Let's replace every copy of x with 7 and simplify.
[tex]\sqrt{5x+1}+9 = 3\\\\\sqrt{5*7+1}+9 = 3\\\\\sqrt{35+1}+9 = 3\\\\\sqrt{36}+9 = 3\\\\6+9 = 3 \ \text{ .... note the 6 on the left isn't negative}\\\\15 = 3\\\\[/tex]
Which is clearly false. This is probably the set of steps you followed to get "no solution".
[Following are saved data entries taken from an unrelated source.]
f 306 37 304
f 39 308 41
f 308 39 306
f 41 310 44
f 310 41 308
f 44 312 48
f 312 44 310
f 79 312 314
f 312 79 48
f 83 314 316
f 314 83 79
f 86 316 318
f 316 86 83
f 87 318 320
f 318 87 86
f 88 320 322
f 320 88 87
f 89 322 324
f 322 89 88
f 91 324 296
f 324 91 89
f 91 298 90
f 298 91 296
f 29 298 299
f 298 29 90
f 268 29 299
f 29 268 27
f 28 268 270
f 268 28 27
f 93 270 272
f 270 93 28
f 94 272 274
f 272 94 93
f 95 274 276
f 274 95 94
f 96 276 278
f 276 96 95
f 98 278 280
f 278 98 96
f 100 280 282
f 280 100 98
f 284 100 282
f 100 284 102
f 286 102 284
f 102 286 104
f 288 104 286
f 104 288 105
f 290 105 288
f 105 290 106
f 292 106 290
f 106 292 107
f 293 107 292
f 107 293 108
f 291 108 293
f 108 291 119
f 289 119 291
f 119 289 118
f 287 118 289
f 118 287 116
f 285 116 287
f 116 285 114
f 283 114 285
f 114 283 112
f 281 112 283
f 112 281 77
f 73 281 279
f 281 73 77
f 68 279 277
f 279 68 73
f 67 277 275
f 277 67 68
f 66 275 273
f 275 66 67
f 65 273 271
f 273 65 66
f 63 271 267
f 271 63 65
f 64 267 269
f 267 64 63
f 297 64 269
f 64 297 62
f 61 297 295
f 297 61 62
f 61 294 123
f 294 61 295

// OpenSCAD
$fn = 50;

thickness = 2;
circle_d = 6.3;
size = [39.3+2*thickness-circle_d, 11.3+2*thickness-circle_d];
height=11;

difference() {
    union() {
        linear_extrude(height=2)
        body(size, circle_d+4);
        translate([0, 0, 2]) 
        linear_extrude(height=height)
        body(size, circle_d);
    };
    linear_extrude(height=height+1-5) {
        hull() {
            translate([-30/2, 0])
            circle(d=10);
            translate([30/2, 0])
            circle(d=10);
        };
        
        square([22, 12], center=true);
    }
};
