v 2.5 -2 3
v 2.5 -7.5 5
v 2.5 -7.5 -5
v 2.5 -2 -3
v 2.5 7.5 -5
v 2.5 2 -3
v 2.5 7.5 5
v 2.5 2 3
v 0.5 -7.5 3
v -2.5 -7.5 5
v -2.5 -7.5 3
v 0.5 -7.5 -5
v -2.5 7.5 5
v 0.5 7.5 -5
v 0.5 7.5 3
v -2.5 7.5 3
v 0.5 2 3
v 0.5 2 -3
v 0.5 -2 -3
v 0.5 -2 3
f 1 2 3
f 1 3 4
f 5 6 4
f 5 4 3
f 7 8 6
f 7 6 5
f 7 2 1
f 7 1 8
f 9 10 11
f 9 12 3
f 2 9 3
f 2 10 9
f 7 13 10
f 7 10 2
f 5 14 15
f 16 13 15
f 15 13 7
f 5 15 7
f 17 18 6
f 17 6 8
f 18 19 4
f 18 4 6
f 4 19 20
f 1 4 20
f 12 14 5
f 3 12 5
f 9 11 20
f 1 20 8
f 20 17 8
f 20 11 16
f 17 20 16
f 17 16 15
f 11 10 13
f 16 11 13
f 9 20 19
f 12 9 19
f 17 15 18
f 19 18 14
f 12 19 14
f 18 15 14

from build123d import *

# Parameters (mm, degrees)
SKETCH1_W           = 5
SKETCH1_H           = 15
BOSS_EXTRUDE1_DEPTH = 5
SKETCH4_W           = 3
SKETCH4_H           = 8
CUT_EXTRUDE3_DEPTH  = 15
SKETCH5_W           = 6
SKETCH5_H           = 4
CUT_EXTRUDE5_DEPTH  = 2


with BuildPart() as part:
    # Sketch1 → Boss-Extrude1 (new, symmetric)
    with BuildSketch(Plane.XY):
        Rectangle(SKETCH1_W, SKETCH1_H)
    extrude(amount=BOSS_EXTRUDE1_DEPTH, both=True)

    # Sketch4 → Cut-Extrude3 (cut)
    with BuildSketch(Plane(origin=(0, 7.5, 0), x_dir=(1, 0, 0), z_dir=(0, 1, 0))):
        with Locations((-1, 1)):
            Rectangle(SKETCH4_W, SKETCH4_H)
    extrude(amount=-CUT_EXTRUDE3_DEPTH, mode=Mode.SUBTRACT)

    # Sketch5 → Cut-Extrude5 (cut)
    with BuildSketch(Plane.ZY.offset(-0.5)):
        Rectangle(SKETCH5_W, SKETCH5_H)
    extrude(amount=-CUT_EXTRUDE5_DEPTH, mode=Mode.SUBTRACT)


solid = part.part
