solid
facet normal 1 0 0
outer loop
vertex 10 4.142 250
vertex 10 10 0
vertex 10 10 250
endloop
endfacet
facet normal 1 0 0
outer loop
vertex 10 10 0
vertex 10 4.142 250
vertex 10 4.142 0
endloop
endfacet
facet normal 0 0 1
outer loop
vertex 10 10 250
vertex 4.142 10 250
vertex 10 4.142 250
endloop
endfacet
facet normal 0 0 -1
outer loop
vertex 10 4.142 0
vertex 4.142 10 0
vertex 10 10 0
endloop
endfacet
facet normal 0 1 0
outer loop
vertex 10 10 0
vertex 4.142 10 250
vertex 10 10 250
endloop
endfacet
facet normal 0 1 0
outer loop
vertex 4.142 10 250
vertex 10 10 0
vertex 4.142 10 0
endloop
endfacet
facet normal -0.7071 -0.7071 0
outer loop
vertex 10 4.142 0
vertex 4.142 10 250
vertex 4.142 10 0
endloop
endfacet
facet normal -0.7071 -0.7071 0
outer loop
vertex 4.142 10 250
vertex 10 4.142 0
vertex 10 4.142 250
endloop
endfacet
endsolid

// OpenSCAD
// ============================================
// Parametric Prism with Screw and Magnet Holes
// ============================================

// --- Dimensions ---
prism_height = 250;  // mm (25cm)
prism_width = 10;    // mm (1cm) W-E
prism_length = 10;   // mm (1cm) N-S

// --- Screw Hole Parameters ---
screw_type = "M3";   // "M2" or "M3"
screw_hole_small = 2;  // mm - pilot hole diameter
screw_hole_cone = true;  // add cone section to screw hole

// Screw dimensions
m2_diameter = 2.2;
m3_diameter = 3.2;
screw_diameter = (screw_type == "M2") ? m2_diameter : m3_diameter;
screw_cone_depth = 5;  // mm

// --- Magnet Hole Parameters ---
magnet_diameter = 5;   // mm
magnet_height = 3;     // mm

// --- N-side Screw Hole Heights ---
n_screw_heights = [25, 75, 125, 175, 225];  // mm

// --- S-side Screw Hole Heights ---
s_screw_heights = [];  // mm

// --- W-side Screw Hole Heights ---
w_screw_heights = [50, 100, 150, 200];  // mm

// --- E-side Screw Hole Heights ---
e_screw_heights = [];  // mm

// --- N-side Magnet Hole Heights ---
n_magnet_heights = [35, 215];  // mm

// --- S-side Magnet Hole Heights ---
s_magnet_heights = [];  // mm

// --- E-side Magnet Hole Heights ---
e_magnet_heights = [];  // mm

// --- Offsets from center ---
screw_offset = 0;    // mm
magnet_offset = 0;   // mm

// --- Clearance for clean rendering ---
clearance = 0.01;  // mm

// ============================================
// Main Assembly
// ============================================

difference() {
    // Base prism with 45-degree cut
    prism_with_cut();
    
    // N-side screw holes
    for (h = n_screw_heights) {
        screw_hole_n(h, screw_offset);
    }
    
    // S-side screw holes
    for (h = s_screw_heights) {
        screw_hole_s(h, screw_offset);
    }
    
    // W-side screw holes
    for (h = w_screw_heights) {
        screw_hole_w(h, screw_offset);
    }
    
    // E-side screw holes
    for (h = e_screw_heights) {
        screw_hole_e(h, screw_offset);
    }
    
    // N-side magnet holes
    for (h = n_magnet_heights) {
        magnet_hole_n(h, magnet_offset);
    }
    
    // S-side magnet holes
    for (h = s_magnet_heights) {
        magnet_hole_s(h, magnet_offset);
    }
    
    // E-side magnet holes
    for (h = e_magnet_heights) {
        magnet_hole_e(h, magnet_offset);
    }
}

// ============================================
// Modules
// ============================================

module prism_with_cut() {
    difference() {
        // Base prism
        cube([prism_length, prism_width, prism_height]);
        
        // 45-degree cut in NW corner on XY axis
        // Cut plane is at 45 degrees in XY, extending through entire height
        // NW corner is at (0, 0), we cut diagonally towards SE
        translate([0, 0, 0])
            rotate([0, 0, 45])
            translate([-prism_length, -prism_width, 0])
            cube([prism_length * 2, prism_width * 2, prism_height + clearance]);
    }
}

module screw_hole_n(height, offset) {
    // N-side hole: enters from N (length = 0) going towards S
    // Centered in W-E direction with offset
    y_pos = prism_width / 2 + offset;
    
    translate([0, y_pos, height])
        rotate([0, -90, 0])
        screw_hole_profile();
}

module screw_hole_w(height, offset) {
    // W-side hole: enters from W (width = 0) going towards E
    // Centered in N-S direction with offset
    x_pos = prism_length / 2 + offset;
    
    translate([x_pos, 0, height])
        rotate([0, -90, 90])
        screw_hole_profile();
}

module screw_hole_e(height, offset) {
    // E-side hole: enters from E (width = prism_width) going towards W
    // Centered in N-S direction with offset
    x_pos = prism_length / 2 + offset;
    
    translate([x_pos, prism_width, height])
        rotate([0, 90, 90])
        screw_hole_profile();
}

module screw_hole_s(height, offset) {
    // S-side hole: enters from S (length = prism_length) going towards N
    // Centered in W-E direction with offset
    y_pos = prism_width / 2 + offset;
    
    translate([prism_length, y_pos, height])
        rotate([0, 90, 0])
        screw_hole_profile();
}

module screw_hole_profile() {
    // Small pilot hole through entire width/length
    cylinder(h=prism_width + prism_length + clearance, d=screw_hole_small + clearance, $fn=32);
    
    // Wider screw shaft section
    shaft_length = (prism_width + prism_length) / 2;
    translate([0, 0, shaft_length - screw_cone_depth])
        cylinder(h=screw_cone_depth + clearance, d1=screw_diameter + clearance, d2=screw_hole_small + clearance, $fn=32);
    
    if (screw_hole_cone) {
        // Cone section for screw head
        translate([0, 0, shaft_length - screw_cone_depth - 5])
            cylinder(h=5 + clearance, d1=screw_diameter * 1.5 + clearance, d2=screw_diameter + clearance, $fn=32);
    }
}

module magnet_hole_n(height, offset) {
    // N-side magnet hole: enters from N going towards S
    // Centered in W-E direction with offset
    y_pos = prism_width / 2 + offset;
    
    translate([0, y_pos, height])
        rotate([0, -90, 0])
        cylinder(h=magnet_height + clearance, d=magnet_diameter + clearance, $fn=32);
}

module magnet_hole_s(height, offset) {
    // S-side magnet hole: enters from S going towards N
    // Centered in W-E direction with offset
    y_pos = prism_width / 2 + offset;
    
    translate([prism_length, y_pos, height])
        rotate([0, 90, 0])
        cylinder(h=magnet_height + clearance, d=magnet_diameter + clearance, $fn=32);
}

module magnet_hole_e(height, offset) {
    // E-side magnet hole: enters from E going towards W
    // Centered in N-S direction with offset
    x_pos = prism_length / 2 + offset;
    
    translate([x_pos, prism_width, height])
        rotate([0, 90, 90])
        cylinder(h=magnet_height + clearance, d=magnet_diameter + clearance, $fn=32);
}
Why is there no solution? Well let's subtract 9 from both sides to isolate the square root
[tex]\sqrt{5x+1}+9 = 3\\\\\sqrt{5x+1}+9-9 = 3-9\\\\\sqrt{5x+1} = -6\\\\[/tex]
Recall that the result of a square root operation is never negative. The range of [tex]y = \sqrt{x}[/tex] and [tex]y = \sqrt{5x+1}[/tex] is the set of nonnegative numbers. There is no way we can have the left hand side result in -6
If there was a negative sign out front the square root and we have this instead
[tex]-\sqrt{5x+1}+9 = 3\\\\[/tex]
then the answer would be x = 7
Unfortunately, there isn't such a negative sign, so we stick with "no solutions".